─── DATA TO USE

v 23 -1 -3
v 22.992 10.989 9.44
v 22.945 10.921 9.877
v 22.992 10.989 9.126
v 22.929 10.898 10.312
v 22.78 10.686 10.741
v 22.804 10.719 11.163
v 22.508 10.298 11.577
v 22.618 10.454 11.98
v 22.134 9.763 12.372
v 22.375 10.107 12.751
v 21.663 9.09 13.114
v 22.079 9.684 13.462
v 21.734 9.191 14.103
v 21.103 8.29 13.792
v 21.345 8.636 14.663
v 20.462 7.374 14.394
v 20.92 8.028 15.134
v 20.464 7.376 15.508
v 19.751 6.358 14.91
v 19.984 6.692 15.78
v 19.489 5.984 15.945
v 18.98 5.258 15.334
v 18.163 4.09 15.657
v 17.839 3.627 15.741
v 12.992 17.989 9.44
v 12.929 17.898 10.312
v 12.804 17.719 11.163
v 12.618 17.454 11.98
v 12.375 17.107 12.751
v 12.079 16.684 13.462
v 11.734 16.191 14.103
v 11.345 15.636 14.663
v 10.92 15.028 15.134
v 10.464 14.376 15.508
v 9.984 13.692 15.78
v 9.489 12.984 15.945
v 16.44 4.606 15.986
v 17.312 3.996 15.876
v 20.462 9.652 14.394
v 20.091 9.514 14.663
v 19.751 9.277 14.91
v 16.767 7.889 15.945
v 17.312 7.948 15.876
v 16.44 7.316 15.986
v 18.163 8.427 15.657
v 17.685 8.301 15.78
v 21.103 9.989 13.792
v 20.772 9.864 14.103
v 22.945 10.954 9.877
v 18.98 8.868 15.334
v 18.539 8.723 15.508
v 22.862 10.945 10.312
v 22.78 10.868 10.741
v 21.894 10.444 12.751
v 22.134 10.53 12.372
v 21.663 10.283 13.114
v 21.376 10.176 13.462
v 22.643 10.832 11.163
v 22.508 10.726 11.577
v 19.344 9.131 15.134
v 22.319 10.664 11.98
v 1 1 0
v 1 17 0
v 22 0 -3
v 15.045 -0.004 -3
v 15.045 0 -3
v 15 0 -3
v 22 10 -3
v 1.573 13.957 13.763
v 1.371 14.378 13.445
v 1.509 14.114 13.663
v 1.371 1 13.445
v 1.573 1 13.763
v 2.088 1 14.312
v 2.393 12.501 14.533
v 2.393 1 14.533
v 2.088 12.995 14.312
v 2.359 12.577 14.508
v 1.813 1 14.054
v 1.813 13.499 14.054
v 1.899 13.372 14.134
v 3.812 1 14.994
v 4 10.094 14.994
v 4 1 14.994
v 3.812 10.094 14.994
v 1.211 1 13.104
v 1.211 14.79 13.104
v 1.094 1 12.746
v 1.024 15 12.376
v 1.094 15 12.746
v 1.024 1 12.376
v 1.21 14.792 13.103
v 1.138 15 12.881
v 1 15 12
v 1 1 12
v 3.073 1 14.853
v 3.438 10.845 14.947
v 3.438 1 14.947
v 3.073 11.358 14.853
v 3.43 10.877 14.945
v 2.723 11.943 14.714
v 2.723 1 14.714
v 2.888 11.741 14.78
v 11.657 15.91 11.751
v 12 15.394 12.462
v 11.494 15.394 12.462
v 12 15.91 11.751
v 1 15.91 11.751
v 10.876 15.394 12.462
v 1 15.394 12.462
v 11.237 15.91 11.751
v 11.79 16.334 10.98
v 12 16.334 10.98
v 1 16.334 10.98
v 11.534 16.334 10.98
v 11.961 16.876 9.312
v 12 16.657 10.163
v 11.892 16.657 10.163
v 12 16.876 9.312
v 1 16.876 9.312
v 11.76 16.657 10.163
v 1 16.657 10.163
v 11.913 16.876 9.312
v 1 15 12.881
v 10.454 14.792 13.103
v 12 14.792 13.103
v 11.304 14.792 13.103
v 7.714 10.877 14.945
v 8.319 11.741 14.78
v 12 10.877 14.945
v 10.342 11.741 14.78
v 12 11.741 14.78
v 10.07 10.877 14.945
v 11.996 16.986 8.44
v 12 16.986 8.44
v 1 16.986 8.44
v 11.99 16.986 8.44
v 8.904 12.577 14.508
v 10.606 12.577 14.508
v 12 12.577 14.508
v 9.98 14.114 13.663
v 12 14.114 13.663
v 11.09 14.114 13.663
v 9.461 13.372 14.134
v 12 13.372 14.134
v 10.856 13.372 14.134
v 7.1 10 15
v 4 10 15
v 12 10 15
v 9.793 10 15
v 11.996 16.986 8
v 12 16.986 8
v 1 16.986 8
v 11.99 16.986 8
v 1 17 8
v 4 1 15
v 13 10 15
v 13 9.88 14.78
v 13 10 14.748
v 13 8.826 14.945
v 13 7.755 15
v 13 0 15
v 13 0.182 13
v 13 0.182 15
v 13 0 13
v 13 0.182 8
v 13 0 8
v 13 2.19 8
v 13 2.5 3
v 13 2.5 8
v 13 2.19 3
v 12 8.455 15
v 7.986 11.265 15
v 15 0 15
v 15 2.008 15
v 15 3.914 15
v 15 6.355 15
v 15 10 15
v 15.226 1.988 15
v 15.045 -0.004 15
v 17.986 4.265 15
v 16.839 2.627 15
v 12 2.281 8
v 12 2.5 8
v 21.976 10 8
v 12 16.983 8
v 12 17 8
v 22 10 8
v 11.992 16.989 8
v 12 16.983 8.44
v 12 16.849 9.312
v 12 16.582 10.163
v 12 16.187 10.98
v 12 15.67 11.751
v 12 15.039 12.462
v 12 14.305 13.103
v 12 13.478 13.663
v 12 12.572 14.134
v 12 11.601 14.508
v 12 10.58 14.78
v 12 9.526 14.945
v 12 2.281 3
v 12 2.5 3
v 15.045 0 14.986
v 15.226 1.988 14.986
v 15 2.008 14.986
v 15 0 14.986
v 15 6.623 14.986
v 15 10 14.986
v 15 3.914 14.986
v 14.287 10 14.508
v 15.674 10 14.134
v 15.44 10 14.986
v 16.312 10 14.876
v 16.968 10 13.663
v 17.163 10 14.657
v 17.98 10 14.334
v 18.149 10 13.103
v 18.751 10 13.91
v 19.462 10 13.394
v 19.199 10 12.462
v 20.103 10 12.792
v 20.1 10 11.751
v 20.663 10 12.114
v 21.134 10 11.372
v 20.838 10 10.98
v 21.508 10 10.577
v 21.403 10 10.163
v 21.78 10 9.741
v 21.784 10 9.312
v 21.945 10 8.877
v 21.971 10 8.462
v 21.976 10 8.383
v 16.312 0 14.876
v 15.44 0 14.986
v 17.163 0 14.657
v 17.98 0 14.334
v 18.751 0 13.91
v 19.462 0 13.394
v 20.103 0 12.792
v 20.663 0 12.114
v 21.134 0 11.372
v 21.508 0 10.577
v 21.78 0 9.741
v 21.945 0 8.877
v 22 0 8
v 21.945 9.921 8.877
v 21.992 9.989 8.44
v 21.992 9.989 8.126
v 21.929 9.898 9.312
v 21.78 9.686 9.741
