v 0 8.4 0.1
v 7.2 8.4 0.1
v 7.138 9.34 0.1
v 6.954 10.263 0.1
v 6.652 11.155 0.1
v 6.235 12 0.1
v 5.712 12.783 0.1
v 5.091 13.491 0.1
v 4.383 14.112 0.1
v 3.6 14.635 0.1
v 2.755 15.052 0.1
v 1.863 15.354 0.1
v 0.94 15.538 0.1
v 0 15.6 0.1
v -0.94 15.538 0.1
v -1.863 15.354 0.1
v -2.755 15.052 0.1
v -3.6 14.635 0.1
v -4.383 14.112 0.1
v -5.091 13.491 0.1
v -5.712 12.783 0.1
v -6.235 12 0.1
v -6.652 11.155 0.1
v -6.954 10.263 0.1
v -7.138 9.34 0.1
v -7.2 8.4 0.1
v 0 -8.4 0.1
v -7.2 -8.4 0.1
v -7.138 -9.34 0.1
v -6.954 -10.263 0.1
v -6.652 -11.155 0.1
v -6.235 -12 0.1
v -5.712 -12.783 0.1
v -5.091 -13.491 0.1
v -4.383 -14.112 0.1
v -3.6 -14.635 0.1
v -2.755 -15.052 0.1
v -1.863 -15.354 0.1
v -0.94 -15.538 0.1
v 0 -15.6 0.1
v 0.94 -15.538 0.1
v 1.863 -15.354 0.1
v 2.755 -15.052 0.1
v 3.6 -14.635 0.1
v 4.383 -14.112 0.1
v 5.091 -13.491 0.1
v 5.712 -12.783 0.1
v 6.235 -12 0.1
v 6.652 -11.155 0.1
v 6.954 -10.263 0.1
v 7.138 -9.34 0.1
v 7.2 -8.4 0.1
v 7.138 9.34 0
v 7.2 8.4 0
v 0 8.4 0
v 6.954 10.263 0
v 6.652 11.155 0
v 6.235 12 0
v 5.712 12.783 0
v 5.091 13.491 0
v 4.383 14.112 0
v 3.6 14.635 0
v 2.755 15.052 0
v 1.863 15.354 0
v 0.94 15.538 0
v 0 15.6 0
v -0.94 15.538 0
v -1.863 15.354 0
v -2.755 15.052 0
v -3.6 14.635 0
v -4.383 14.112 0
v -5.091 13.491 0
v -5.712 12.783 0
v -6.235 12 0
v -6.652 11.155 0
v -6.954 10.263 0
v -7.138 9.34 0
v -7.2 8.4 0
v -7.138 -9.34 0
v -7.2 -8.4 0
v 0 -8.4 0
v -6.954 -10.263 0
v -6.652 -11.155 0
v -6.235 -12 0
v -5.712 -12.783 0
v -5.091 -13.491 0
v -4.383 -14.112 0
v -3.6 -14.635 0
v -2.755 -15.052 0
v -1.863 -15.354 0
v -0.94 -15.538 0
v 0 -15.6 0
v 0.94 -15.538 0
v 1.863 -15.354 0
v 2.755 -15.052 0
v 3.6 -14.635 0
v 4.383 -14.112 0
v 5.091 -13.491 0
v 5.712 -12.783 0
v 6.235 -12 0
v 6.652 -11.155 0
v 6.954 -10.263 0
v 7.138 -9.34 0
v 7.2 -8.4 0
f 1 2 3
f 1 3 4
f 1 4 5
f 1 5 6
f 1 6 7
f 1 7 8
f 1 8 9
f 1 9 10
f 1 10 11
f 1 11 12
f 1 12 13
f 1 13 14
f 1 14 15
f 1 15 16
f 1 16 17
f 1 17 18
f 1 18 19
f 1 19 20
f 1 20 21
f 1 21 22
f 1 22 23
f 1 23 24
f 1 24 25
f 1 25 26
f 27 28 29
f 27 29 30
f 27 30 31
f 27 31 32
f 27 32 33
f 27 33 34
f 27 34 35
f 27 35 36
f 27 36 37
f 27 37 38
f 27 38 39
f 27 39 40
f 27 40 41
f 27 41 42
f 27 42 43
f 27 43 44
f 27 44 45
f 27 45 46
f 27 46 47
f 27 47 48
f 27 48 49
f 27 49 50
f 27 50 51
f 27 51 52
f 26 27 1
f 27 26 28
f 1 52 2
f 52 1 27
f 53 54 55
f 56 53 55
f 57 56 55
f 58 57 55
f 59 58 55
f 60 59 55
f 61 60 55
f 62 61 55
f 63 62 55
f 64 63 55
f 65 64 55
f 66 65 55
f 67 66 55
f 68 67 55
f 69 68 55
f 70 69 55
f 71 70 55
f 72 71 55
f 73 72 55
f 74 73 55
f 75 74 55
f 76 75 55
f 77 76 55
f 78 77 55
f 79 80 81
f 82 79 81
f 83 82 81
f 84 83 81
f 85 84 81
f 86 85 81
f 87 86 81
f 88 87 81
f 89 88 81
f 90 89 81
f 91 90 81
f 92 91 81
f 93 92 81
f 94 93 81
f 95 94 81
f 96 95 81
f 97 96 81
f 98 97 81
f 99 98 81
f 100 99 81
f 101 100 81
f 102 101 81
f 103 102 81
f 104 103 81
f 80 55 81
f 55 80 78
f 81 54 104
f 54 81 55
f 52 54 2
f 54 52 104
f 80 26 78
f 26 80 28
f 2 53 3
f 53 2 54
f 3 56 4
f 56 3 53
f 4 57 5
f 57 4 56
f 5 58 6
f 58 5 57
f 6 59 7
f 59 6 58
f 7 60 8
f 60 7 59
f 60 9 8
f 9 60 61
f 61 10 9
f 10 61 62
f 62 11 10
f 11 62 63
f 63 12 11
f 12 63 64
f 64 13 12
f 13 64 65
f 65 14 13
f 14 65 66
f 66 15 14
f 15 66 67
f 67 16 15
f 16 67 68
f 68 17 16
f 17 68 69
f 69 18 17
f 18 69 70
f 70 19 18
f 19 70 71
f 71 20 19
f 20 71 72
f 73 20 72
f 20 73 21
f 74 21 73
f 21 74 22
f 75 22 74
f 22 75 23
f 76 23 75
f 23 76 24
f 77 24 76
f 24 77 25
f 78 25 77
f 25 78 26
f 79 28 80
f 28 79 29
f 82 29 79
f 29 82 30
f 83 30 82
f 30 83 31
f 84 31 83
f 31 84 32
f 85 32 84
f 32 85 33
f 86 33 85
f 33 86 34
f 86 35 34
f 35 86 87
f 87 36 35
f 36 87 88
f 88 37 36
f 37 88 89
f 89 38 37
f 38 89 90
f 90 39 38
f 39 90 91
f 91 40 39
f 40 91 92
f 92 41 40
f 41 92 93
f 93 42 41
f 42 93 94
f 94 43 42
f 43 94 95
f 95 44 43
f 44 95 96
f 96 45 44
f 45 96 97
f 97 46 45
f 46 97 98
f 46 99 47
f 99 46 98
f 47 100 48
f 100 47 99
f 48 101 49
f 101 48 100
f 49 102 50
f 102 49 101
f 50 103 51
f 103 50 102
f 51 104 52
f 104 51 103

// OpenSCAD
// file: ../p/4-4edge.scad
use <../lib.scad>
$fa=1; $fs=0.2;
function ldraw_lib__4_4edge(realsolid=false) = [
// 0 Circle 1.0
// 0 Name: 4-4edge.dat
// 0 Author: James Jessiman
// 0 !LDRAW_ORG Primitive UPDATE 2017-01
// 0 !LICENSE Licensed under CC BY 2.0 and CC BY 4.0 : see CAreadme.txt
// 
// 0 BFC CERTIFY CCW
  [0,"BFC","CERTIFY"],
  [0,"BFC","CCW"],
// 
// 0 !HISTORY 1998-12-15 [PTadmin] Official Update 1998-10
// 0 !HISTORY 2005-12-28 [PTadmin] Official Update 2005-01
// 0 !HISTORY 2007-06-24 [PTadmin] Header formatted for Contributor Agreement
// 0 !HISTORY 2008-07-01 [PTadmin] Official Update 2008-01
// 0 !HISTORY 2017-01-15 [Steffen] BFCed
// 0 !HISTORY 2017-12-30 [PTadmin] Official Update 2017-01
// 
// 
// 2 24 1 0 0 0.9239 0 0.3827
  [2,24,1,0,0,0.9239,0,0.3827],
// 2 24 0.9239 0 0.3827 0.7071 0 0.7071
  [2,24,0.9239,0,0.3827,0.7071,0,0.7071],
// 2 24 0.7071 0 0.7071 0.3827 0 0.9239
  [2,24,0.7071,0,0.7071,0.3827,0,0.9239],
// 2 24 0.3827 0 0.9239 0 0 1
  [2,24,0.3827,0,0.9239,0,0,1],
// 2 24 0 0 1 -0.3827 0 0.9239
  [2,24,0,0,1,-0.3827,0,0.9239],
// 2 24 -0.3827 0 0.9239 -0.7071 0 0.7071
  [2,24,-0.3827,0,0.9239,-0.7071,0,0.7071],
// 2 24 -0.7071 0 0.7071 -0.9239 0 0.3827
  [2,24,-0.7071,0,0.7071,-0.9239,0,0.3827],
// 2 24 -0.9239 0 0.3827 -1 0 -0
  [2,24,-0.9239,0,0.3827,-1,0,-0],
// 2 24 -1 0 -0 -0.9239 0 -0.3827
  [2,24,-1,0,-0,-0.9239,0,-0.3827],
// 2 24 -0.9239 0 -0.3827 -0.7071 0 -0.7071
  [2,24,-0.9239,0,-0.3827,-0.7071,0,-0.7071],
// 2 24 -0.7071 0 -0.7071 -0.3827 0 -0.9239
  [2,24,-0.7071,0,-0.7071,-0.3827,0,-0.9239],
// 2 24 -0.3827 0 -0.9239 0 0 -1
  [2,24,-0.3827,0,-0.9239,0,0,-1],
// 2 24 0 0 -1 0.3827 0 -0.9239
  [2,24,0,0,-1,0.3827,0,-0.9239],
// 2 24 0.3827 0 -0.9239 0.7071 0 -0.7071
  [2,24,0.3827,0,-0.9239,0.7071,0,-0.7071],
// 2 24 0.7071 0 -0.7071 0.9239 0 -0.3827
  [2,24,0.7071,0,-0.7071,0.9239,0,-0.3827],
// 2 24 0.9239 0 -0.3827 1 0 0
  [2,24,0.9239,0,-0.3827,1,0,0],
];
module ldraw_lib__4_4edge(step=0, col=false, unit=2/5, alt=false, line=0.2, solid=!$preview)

──────

WHAT NEEDS TO BE DONE —
Lines after the one containing "v 20.92 8.028 15.134" are not wanted; repeat exactly each line above from the first up to and including it.

ANSWER TO THE EXERCISE —
v 23 -1 -3
v 22.992 10.989 9.44
v 22.945 10.921 9.877
v 22.992 10.989 9.126
v 22.929 10.898 10.312
v 22.78 10.686 10.741
v 22.804 10.719 11.163
v 22.508 10.298 11.577
v 22.618 10.454 11.98
v 22.134 9.763 12.372
v 22.375 10.107 12.751
v 21.663 9.09 13.114
v 22.079 9.684 13.462
v 21.734 9.191 14.103
v 21.103 8.29 13.792
v 21.345 8.636 14.663
v 20.462 7.374 14.394
v 20.92 8.028 15.134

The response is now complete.